The good new is that with all Snowball went through with the heart issues ... and within a year of the attack ... he needed dental surgery for an impacted tooth (and, then unexpected tooth extractions) ... and, then surgery for oxalate stones. ll this seemed overwhelming ... but, with both surgeries, Snowball did extremely well. 

Snowball turned twelve years old on February 19th of this year. It is now eighteen months later. On his last cardiology exam (a few weeks ago), his prognosis is more hopeful. He has been doing extremely well...he loves his walks and has a great appetite. I hope and pray he lives much longer than his prognosis, which now has been improved somewhat. He has echo-cardiograms twice a year to monitor his heart. And, in between, I monitor his heart rate on a daily basis.

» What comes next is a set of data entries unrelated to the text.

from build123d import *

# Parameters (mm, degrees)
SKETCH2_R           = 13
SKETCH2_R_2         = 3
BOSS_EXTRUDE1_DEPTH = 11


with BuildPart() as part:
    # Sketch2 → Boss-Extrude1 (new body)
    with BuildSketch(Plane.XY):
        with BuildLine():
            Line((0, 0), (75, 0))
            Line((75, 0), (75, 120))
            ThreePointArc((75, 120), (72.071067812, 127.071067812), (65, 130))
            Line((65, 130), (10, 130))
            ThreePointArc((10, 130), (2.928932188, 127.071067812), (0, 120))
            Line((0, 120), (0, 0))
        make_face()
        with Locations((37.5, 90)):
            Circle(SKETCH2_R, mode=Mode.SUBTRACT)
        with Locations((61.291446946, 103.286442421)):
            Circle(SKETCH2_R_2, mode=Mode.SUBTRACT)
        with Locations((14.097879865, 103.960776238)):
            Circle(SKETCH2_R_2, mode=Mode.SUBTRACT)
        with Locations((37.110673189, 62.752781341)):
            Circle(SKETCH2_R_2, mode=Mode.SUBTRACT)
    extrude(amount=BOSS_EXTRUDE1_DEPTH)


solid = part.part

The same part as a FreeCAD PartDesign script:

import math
import FreeCAD as App
import Part
import Sketcher
from FreeCAD import Vector

doc = App.newDocument("Part")
params = doc.addObject("Spreadsheet::Sheet", "Params")
for row, (alias, value) in enumerate([
    ("sketch1_diameter", "6 mm"),
    ("sketch1_diameter2", "26 mm"),
    ("sketch1_radius", "10 mm"),
    ("sketch1_width", "75 mm"),
    ("sketch1_height", "120 mm"),
    ("pad1_length", "11 mm"),
], start=1):
    params.set(f"A{row}", alias)
    params.set(f"B{row}", "=" + value)
    params.setAlias(f"B{row}", alias)

body = doc.addObject("PartDesign::Body", "Body")

sketch1 = body.newObject("Sketcher::SketchObject", "Sketch")
sketch1.AttachmentSupport = (doc.getObject("XY_Plane"), [""])
sketch1.MapMode = "FlatFace"
sketch1.addGeometry(Part.LineSegment(Vector(0, 0, 0), Vector(75, 0, 0)), False)
sketch1.addGeometry(Part.LineSegment(Vector(75, 0, 0), Vector(75, 120, 0)), False)
sketch1.addGeometry(Part.ArcOfCircle(Part.Circle(Vector(65, 120, 0), Vector(0, 0, 1), 10), math.radians(0), math.radians(90)), False)
sketch1.addGeometry(Part.LineSegment(Vector(65, 130, 0), Vector(10, 130, 0)), False)
sketch1.addGeometry(Part.ArcOfCircle(Part.Circle(Vector(10, 120, 0), Vector(0, 0, 1), 10), math.radians(90), math.radians(180)), False)
sketch1.addGeometry(Part.LineSegment(Vector(0, 120, 0), Vector(0, 0, 0)), False)
sketch1.addGeometry(Part.Circle(Vector(37.110673, 62.752781, 0), Vector(0, 0, 1), 3), False)
sketch1.addGeometry(Part.Circle(Vector(37.5, 90, 0), Vector(0, 0, 1), 13), False)
sketch1.addGeometry(Part.Circle(Vector(14.09788, 103.960776, 0), Vector(0, 0, 1), 3), False)
sketch1.addGeometry(Part.Circle(Vector(61.291447, 103.286442, 0), Vector(0, 0, 1), 3), False)
sketch1.addConstraint(Sketcher.Constraint("Coincident", 0, 2, 1, 1))
sketch1.addConstraint(Sketcher.Constraint("Tangent", 1, 2, 2, 1))
sketch1.addConstraint(Sketcher.Constraint("Tangent", 2, 2, 3, 1))
sketch1.addConstraint(Sketcher.Constraint("Tangent", 3, 2, 4, 1))
sketch1.addConstraint(Sketcher.Constraint("Tangent", 4, 2, 5, 1))
sketch1.addConstraint(Sketcher.Constraint("Coincident", 5, 2, 0, 1))
sketch1.addConstraint(Sketcher.Constraint("Horizontal", 0))
sketch1.addConstraint(Sketcher.Constraint("Vertical", 1))
sketch1.addConstraint(Sketcher.Constraint("Horizontal", 3))
sketch1.addConstraint(Sketcher.Constraint("Vertical", 5))
sketch1.addConstraint(Sketcher.Constraint("Coincident", 5, 2, -1, 1))
sketch1.addConstraint(Sketcher.Constraint("Equal", 2, 4))
sketch1.addConstraint(Sketcher.Constraint("Equal", 6, 8))
sketch1.addConstraint(Sketcher.Constraint("Equal", 8, 9))
sketch1.addConstraint(Sketcher.Constraint("Diameter", 6, 6.0))
sketch1.addConstraint(Sketcher.Constraint("Diameter", 7, 26.0))
sketch1.addConstraint(Sketcher.Constraint("Radius", 2, 10.0))
sketch1.addConstraint(Sketcher.Constraint("DistanceX", 0, 1, 0, 2, 75.0))
sketch1.addConstraint(Sketcher.Constraint("DistanceY", 1, 1, 1, 2, 120.0))
sketch1.addConstraint(Sketcher.Constraint("DistanceY", -1, 1, 7, 3, 90.0))
sketch1.addConstraint(Sketcher.Constraint("DistanceX", -1, 1, 7, 3, 37.5))
sketch1.addConstraint(Sketcher.Constraint("DistanceY", -1, 1, 6, 3, 62.752781))
sketch1.addConstraint(Sketcher.Constraint("DistanceX", -1, 1, 8, 3, 14.09788))
sketch1.addConstraint(Sketcher.Constraint("DistanceY", 6, 3, 9, 3, 40.533661))
sketch1.addConstraint(Sketcher.Constraint("DistanceX", -1, 1, 6, 3, 37.110673))
sketch1.addConstraint(Sketcher.Constraint("DistanceY", -1, 1, 8, 3, 103.960776))
sketch1.addConstraint(Sketcher.Constraint("DistanceX", -1, 1, 9, 3, 61.291447))
sketch1.setExpression("Constraints[14]", "Params.sketch1_diameter")
sketch1.setExpression("Constraints[15]", "Params.sketch1_diameter2")
sketch1.setExpression("Constraints[16]", "Params.sketch1_radius")
sketch1.setExpression("Constraints[17]", "Params.sketch1_width")
sketch1.setExpression("Constraints[18]", "Params.sketch1_height")
pad1 = body.newObject("PartDesign::Pad", "Pad")
pad1.Profile = sketch1
pad1.setExpression("Length", "Params.pad1_length")

doc.recompute()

Gracie sounds as though she has a great vet. If you have any other questions about Snowball's diagnosis, please feel free to ask me. And, please give your sweet Gracie hugs from me.


----------



## Snuggle's Mom (Jan 3, 2008)

I can certainly sympathize with you and feel very sorry to have read your post. Our late Angel suffered for a short time with CHF and lived to be 14 1/2 years old. She also had kidney failure as well.


----------



## Orla (Jul 5, 2009)

My dog passed away 3 weeks ago from CHF. She was diagnosed with a slight murmur about 3 years ago(at the age of 11). She developed a cough around a year ago, but other than that she was still active and happy! She was on medication since soon after the cough developed. Everything went downhill very quickly just after she turned 15. In the space of 2 months she went from running on the beach to not being able to walk without falling down. She stayed eating but dropped so much weight. 

Despite the murmur, she had a great quality of life. Even in the last few weeks she had some good days!


----------



## wkomorow (Aug 26, 2011)

Orla -

I did not know that Milo had a sister. I am sorry for your loss.


----------



## Maglily (Feb 3, 2009)

My friend's Shih Tzu Benny had a grade 2 heart murmur (he is now 11 years) and today had a coughing episode which brought him to the ER, now they say he has grade 4 and is scheduled for an echocardiogram. He is back home now and settled but my friend is pretty upset.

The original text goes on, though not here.